--- LISTED ENTRIES ---

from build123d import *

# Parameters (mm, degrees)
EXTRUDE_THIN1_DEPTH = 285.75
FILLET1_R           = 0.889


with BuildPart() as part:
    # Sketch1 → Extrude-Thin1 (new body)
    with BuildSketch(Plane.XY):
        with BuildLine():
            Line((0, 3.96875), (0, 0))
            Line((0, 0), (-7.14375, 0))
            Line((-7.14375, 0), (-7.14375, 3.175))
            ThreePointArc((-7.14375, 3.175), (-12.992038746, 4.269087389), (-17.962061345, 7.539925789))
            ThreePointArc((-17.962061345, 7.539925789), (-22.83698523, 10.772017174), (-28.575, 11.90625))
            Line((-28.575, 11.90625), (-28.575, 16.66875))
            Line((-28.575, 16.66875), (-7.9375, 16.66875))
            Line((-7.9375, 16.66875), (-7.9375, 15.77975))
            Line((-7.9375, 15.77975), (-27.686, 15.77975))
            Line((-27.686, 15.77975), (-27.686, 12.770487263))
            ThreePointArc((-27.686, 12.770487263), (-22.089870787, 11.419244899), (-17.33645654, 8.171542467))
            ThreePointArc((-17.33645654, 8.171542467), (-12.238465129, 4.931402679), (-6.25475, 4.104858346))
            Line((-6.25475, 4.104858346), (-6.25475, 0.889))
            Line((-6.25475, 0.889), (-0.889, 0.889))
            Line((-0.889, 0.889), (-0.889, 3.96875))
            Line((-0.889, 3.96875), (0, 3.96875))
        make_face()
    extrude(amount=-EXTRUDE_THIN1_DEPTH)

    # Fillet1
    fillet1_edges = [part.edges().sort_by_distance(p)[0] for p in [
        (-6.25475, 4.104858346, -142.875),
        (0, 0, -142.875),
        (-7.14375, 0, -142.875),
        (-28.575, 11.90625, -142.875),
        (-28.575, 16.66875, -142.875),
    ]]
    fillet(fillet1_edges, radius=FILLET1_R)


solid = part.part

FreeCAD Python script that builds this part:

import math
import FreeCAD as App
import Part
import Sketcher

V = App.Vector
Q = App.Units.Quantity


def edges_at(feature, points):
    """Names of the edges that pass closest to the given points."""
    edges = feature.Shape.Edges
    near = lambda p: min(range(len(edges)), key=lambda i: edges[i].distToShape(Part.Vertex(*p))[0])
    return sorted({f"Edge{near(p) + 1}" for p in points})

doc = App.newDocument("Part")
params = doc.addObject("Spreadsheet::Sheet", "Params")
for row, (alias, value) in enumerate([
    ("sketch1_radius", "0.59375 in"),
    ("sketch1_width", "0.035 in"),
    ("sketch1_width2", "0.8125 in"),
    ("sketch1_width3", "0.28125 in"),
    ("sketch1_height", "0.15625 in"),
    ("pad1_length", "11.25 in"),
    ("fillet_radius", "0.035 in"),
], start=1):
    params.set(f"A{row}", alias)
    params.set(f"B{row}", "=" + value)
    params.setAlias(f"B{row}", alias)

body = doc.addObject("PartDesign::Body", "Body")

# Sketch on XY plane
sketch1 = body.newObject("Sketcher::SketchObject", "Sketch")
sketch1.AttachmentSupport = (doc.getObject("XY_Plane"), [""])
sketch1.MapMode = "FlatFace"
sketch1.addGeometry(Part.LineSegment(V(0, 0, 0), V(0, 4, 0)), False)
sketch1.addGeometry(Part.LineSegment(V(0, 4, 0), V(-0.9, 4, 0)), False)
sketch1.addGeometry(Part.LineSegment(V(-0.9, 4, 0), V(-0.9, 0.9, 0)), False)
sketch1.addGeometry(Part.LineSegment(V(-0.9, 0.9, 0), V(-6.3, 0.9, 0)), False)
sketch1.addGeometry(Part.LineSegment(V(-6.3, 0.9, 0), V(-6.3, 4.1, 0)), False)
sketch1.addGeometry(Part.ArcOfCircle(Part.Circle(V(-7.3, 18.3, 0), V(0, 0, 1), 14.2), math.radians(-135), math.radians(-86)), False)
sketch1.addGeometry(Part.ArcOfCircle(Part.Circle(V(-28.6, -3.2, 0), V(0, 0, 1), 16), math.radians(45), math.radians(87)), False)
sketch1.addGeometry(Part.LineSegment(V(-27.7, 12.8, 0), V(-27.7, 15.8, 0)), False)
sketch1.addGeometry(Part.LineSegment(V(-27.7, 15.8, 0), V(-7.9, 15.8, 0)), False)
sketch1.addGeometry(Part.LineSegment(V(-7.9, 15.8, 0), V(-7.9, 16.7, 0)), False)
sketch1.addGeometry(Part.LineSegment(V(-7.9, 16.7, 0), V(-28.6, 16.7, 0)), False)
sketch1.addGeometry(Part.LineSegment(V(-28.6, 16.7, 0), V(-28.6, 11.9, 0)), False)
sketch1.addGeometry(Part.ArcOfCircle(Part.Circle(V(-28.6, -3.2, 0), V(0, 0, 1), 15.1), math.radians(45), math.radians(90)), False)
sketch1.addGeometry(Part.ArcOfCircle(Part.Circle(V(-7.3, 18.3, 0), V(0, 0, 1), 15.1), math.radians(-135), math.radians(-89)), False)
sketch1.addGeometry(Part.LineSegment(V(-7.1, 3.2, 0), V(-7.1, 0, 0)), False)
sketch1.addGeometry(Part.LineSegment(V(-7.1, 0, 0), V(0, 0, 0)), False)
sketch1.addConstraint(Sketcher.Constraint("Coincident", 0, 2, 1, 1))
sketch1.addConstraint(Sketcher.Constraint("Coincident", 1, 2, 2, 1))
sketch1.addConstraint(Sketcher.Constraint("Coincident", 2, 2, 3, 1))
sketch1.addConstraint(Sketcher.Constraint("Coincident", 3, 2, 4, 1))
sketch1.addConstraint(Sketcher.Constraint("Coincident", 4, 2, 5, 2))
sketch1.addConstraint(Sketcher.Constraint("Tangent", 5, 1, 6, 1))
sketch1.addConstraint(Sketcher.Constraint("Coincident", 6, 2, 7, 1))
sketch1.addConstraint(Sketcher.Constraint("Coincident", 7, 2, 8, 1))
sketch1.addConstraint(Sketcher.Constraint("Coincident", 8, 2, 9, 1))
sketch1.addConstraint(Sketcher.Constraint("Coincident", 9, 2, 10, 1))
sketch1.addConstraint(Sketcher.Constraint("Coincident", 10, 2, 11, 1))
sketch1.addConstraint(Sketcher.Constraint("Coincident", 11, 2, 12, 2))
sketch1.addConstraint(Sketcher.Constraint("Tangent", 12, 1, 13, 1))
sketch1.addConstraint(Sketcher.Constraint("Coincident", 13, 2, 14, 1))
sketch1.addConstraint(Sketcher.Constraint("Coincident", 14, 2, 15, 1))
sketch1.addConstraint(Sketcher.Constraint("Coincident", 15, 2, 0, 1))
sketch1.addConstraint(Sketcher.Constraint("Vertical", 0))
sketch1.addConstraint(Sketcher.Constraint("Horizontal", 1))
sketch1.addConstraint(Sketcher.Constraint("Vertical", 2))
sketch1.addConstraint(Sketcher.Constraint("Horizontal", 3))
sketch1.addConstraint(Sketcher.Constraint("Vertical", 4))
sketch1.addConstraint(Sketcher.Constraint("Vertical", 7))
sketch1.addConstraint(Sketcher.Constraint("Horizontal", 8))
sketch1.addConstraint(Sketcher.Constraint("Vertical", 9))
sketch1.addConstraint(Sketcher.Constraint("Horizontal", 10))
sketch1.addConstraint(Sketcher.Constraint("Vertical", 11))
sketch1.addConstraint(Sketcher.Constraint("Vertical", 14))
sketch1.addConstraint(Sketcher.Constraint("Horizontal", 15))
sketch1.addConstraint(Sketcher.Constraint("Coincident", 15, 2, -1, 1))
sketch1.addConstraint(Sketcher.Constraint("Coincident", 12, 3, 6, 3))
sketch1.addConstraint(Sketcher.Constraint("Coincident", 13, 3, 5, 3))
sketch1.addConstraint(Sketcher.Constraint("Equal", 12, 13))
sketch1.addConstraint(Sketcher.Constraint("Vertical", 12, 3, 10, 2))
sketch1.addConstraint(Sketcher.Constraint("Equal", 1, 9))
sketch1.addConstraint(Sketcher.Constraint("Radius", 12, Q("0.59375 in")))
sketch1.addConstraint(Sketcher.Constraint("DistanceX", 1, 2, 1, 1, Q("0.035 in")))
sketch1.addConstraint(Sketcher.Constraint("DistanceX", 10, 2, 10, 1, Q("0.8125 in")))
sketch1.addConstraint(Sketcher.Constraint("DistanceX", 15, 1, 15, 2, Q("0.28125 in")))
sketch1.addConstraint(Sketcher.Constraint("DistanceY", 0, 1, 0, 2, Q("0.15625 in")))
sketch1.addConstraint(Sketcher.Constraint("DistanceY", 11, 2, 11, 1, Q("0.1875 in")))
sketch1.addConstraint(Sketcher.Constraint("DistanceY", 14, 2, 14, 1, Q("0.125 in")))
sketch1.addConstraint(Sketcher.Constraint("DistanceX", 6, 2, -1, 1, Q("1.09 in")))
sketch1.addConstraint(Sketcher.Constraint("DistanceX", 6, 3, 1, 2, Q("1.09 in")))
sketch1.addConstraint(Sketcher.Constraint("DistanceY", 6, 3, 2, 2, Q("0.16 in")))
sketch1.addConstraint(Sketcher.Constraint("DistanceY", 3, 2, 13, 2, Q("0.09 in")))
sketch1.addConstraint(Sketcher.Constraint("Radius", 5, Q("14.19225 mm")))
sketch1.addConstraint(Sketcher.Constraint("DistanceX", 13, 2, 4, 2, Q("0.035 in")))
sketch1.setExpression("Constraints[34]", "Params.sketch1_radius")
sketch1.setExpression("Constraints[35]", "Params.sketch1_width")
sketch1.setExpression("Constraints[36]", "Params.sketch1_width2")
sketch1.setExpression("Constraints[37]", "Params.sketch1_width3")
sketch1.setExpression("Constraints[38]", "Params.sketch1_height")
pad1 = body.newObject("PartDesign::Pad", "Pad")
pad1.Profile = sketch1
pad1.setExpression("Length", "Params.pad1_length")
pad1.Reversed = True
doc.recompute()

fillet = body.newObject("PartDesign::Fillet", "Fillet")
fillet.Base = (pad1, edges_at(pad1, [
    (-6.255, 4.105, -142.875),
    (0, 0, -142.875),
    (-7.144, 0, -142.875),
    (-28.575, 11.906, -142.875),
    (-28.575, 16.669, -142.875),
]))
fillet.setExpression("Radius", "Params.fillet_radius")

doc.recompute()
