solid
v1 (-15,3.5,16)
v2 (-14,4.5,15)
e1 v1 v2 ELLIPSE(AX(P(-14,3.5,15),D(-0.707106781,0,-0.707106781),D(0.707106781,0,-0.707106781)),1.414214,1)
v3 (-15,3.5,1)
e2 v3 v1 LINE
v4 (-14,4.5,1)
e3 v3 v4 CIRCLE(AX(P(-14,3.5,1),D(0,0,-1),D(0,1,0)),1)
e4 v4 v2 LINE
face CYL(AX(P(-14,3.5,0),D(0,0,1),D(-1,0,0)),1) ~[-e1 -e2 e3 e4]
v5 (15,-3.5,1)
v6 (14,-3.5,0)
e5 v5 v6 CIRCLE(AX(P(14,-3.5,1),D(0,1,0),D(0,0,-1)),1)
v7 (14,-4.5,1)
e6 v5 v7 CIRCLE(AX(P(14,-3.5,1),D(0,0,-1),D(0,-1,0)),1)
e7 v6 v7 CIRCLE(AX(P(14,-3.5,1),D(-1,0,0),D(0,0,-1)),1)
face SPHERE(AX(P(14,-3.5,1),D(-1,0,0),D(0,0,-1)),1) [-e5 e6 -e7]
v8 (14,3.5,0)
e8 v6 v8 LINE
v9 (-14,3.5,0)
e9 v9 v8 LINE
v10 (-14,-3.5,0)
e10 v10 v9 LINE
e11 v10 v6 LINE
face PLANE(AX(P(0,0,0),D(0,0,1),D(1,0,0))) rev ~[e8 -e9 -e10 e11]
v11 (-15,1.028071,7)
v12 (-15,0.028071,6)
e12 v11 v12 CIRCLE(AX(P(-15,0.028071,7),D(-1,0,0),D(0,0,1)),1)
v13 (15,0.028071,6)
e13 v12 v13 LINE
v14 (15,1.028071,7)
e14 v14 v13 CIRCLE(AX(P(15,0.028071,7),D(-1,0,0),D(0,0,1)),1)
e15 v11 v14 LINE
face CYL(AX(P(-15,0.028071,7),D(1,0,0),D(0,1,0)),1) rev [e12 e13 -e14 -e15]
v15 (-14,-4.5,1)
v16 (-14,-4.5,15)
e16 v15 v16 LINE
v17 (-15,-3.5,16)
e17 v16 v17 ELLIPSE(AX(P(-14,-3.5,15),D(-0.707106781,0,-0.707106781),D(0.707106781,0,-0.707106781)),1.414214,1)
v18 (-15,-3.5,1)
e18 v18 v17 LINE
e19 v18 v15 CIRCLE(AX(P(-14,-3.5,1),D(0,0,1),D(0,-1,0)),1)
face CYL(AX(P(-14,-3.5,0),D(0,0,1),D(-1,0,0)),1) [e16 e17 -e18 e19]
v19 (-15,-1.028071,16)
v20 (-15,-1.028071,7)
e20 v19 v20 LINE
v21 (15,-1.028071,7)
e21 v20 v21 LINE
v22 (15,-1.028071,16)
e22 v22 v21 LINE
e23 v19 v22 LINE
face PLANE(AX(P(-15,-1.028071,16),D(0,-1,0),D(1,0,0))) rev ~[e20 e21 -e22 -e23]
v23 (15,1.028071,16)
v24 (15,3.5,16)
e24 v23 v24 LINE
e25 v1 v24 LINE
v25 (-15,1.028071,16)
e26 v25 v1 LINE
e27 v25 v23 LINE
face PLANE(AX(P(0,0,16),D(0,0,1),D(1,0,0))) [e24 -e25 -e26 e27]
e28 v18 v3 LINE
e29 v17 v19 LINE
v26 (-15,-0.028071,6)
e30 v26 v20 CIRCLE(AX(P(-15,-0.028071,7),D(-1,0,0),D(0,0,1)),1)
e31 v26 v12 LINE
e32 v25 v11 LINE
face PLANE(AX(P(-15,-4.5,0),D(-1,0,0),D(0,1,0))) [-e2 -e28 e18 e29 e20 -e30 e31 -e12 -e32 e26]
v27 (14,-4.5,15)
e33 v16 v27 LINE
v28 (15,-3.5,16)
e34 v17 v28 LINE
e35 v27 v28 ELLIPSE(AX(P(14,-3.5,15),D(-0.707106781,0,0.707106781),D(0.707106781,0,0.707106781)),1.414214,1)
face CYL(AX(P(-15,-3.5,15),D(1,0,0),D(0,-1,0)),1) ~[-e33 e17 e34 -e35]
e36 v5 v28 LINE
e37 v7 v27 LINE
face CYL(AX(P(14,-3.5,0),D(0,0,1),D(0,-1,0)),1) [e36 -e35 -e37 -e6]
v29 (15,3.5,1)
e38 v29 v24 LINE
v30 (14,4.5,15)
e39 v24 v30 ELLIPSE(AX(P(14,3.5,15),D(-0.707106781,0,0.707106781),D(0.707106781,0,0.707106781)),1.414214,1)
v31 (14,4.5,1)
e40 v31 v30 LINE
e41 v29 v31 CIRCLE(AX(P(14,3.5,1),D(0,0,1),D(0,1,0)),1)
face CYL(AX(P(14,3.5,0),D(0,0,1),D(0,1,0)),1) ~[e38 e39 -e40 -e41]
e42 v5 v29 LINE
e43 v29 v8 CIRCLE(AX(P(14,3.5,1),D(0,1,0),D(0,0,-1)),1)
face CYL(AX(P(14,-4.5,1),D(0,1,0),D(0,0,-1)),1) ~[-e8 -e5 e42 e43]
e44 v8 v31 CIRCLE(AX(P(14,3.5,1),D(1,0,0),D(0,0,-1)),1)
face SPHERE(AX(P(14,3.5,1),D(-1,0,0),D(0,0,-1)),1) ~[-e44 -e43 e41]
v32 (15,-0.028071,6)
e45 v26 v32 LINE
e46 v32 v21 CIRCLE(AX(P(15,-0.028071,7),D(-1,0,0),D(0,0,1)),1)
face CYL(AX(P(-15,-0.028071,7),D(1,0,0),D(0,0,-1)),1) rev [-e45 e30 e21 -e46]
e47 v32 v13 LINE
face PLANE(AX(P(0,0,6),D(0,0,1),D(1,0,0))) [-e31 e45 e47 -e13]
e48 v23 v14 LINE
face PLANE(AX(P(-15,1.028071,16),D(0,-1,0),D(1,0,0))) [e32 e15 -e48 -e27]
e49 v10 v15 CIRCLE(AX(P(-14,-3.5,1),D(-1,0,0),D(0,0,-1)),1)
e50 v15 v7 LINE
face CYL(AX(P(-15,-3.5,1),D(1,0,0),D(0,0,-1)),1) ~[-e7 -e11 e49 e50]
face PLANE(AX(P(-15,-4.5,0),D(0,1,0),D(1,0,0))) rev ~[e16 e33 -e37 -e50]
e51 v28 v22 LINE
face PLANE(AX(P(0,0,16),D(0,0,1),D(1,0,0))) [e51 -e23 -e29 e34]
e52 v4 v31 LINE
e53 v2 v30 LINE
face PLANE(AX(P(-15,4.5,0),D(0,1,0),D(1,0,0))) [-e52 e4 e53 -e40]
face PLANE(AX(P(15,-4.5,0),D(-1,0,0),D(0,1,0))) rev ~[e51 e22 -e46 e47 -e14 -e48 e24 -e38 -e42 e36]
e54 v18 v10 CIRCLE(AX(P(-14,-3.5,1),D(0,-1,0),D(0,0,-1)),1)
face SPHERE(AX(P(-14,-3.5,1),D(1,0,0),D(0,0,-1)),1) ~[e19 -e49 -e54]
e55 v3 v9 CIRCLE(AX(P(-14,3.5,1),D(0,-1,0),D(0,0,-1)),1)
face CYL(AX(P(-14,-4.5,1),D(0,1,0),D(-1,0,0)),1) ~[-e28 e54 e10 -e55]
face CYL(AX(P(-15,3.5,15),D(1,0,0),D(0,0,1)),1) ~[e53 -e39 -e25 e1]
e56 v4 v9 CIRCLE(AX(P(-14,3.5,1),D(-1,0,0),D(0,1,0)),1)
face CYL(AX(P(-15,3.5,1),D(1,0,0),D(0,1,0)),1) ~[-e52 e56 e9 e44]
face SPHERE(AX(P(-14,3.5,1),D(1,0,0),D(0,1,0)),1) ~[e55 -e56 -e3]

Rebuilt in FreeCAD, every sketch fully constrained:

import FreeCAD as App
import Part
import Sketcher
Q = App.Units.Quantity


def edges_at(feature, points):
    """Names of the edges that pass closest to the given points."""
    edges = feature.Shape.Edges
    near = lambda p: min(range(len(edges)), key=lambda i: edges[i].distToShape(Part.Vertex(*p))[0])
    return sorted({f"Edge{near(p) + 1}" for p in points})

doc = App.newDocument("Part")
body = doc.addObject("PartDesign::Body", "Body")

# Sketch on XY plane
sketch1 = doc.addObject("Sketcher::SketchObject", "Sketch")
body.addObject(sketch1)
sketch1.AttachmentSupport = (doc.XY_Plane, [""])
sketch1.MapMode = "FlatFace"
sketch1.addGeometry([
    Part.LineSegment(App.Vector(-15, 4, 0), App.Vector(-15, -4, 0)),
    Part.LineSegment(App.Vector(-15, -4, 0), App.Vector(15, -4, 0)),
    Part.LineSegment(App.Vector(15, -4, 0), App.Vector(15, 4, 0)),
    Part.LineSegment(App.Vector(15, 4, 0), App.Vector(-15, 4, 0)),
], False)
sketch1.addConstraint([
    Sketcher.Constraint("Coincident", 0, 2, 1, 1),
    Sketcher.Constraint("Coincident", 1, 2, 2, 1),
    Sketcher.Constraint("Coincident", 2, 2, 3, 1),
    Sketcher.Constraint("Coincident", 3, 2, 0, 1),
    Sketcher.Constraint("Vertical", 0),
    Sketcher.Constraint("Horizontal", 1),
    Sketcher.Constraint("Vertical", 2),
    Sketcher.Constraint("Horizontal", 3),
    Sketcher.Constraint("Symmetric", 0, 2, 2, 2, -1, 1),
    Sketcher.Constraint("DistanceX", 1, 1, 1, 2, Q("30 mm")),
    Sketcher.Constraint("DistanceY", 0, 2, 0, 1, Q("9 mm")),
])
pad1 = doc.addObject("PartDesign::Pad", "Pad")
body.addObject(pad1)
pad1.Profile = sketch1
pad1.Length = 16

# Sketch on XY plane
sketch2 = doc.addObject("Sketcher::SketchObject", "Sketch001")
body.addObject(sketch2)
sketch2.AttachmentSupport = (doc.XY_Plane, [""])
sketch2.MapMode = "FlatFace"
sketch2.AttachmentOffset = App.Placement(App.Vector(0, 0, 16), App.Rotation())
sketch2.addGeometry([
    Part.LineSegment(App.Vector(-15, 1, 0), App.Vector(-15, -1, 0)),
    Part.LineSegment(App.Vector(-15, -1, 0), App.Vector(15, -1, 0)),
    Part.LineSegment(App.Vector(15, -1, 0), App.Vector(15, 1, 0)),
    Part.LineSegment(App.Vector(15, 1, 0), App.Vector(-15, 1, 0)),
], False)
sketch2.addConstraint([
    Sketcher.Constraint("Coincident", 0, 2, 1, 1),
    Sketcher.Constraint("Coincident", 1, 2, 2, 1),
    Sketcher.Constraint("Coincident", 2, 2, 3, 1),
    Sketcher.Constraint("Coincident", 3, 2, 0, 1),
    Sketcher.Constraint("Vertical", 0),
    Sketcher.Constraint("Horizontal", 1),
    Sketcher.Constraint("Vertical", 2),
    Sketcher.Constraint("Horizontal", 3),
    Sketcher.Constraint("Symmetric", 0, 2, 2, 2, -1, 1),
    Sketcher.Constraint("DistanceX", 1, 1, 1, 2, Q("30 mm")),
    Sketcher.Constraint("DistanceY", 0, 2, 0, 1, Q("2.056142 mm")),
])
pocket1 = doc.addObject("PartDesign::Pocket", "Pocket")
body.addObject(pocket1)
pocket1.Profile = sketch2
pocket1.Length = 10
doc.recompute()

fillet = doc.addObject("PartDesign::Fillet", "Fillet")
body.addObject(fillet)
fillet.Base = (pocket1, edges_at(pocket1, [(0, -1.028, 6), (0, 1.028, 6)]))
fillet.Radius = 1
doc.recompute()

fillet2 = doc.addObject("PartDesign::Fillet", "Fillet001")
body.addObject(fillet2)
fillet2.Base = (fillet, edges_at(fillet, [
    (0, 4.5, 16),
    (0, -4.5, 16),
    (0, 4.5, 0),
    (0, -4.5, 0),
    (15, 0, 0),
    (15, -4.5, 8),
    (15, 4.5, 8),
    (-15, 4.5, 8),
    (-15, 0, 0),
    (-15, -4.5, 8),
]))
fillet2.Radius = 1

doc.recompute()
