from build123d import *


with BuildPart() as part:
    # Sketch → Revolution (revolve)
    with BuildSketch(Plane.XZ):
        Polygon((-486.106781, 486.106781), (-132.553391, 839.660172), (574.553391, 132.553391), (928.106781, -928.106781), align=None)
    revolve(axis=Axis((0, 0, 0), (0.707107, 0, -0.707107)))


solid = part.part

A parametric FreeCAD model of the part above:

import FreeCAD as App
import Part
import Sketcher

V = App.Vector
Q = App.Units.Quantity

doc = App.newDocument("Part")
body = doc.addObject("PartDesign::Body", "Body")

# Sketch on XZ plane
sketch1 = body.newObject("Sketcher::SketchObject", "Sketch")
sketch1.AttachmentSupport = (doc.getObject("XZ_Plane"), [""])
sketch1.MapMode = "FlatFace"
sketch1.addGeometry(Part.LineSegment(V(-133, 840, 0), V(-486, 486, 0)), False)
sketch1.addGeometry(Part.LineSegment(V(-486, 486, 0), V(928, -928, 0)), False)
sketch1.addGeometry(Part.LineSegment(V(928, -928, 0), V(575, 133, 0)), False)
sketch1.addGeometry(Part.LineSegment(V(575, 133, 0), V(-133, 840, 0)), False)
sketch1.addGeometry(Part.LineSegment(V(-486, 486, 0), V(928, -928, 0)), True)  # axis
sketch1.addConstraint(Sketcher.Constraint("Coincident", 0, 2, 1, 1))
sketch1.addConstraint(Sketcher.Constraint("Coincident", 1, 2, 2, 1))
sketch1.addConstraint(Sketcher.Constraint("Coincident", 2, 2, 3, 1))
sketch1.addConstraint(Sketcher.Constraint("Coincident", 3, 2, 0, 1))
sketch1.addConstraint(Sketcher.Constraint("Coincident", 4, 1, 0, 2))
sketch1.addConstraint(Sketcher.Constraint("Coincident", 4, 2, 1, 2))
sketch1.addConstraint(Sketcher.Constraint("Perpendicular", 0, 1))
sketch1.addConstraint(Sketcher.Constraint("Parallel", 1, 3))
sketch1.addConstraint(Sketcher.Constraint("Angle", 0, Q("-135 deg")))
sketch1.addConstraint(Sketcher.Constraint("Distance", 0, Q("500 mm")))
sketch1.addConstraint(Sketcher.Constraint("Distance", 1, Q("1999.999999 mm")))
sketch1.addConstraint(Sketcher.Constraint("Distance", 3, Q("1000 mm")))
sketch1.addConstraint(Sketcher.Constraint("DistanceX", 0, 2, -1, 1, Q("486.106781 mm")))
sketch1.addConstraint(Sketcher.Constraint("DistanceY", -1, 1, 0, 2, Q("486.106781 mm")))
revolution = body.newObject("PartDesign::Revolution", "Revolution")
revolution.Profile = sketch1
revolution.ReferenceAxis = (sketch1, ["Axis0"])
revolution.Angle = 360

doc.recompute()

---

Return, word for word, the lines of the data above from the line with "e47 v32 v13 LINE" through the line with "Rebuilt in FreeCAD, every", inclusive.

e47 v32 v13 LINE
face PLANE(AX(P(0,0,6),D(0,0,1),D(1,0,0))) [-e31 e45 e47 -e13]
e48 v23 v14 LINE
face PLANE(AX(P(-15,1.028071,16),D(0,-1,0),D(1,0,0))) [e32 e15 -e48 -e27]
e49 v10 v15 CIRCLE(AX(P(-14,-3.5,1),D(-1,0,0),D(0,0,-1)),1)
e50 v15 v7 LINE
face CYL(AX(P(-15,-3.5,1),D(1,0,0),D(0,0,-1)),1) ~[-e7 -e11 e49 e50]
face PLANE(AX(P(-15,-4.5,0),D(0,1,0),D(1,0,0))) rev ~[e16 e33 -e37 -e50]
e51 v28 v22 LINE
face PLANE(AX(P(0,0,16),D(0,0,1),D(1,0,0))) [e51 -e23 -e29 e34]
e52 v4 v31 LINE
e53 v2 v30 LINE
face PLANE(AX(P(-15,4.5,0),D(0,1,0),D(1,0,0))) [-e52 e4 e53 -e40]
face PLANE(AX(P(15,-4.5,0),D(-1,0,0),D(0,1,0))) rev ~[e51 e22 -e46 e47 -e14 -e48 e24 -e38 -e42 e36]
e54 v18 v10 CIRCLE(AX(P(-14,-3.5,1),D(0,-1,0),D(0,0,-1)),1)
face SPHERE(AX(P(-14,-3.5,1),D(1,0,0),D(0,0,-1)),1) ~[e19 -e49 -e54]
e55 v3 v9 CIRCLE(AX(P(-14,3.5,1),D(0,-1,0),D(0,0,-1)),1)
face CYL(AX(P(-14,-4.5,1),D(0,1,0),D(-1,0,0)),1) ~[-e28 e54 e10 -e55]
face CYL(AX(P(-15,3.5,15),D(1,0,0),D(0,0,1)),1) ~[e53 -e39 -e25 e1]
e56 v4 v9 CIRCLE(AX(P(-14,3.5,1),D(-1,0,0),D(0,1,0)),1)
face CYL(AX(P(-15,3.5,1),D(1,0,0),D(0,1,0)),1) ~[-e52 e56 e9 e44]
face SPHERE(AX(P(-14,3.5,1),D(1,0,0),D(0,1,0)),1) ~[e55 -e56 -e3]

Rebuilt in FreeCAD, every sketch fully constrained:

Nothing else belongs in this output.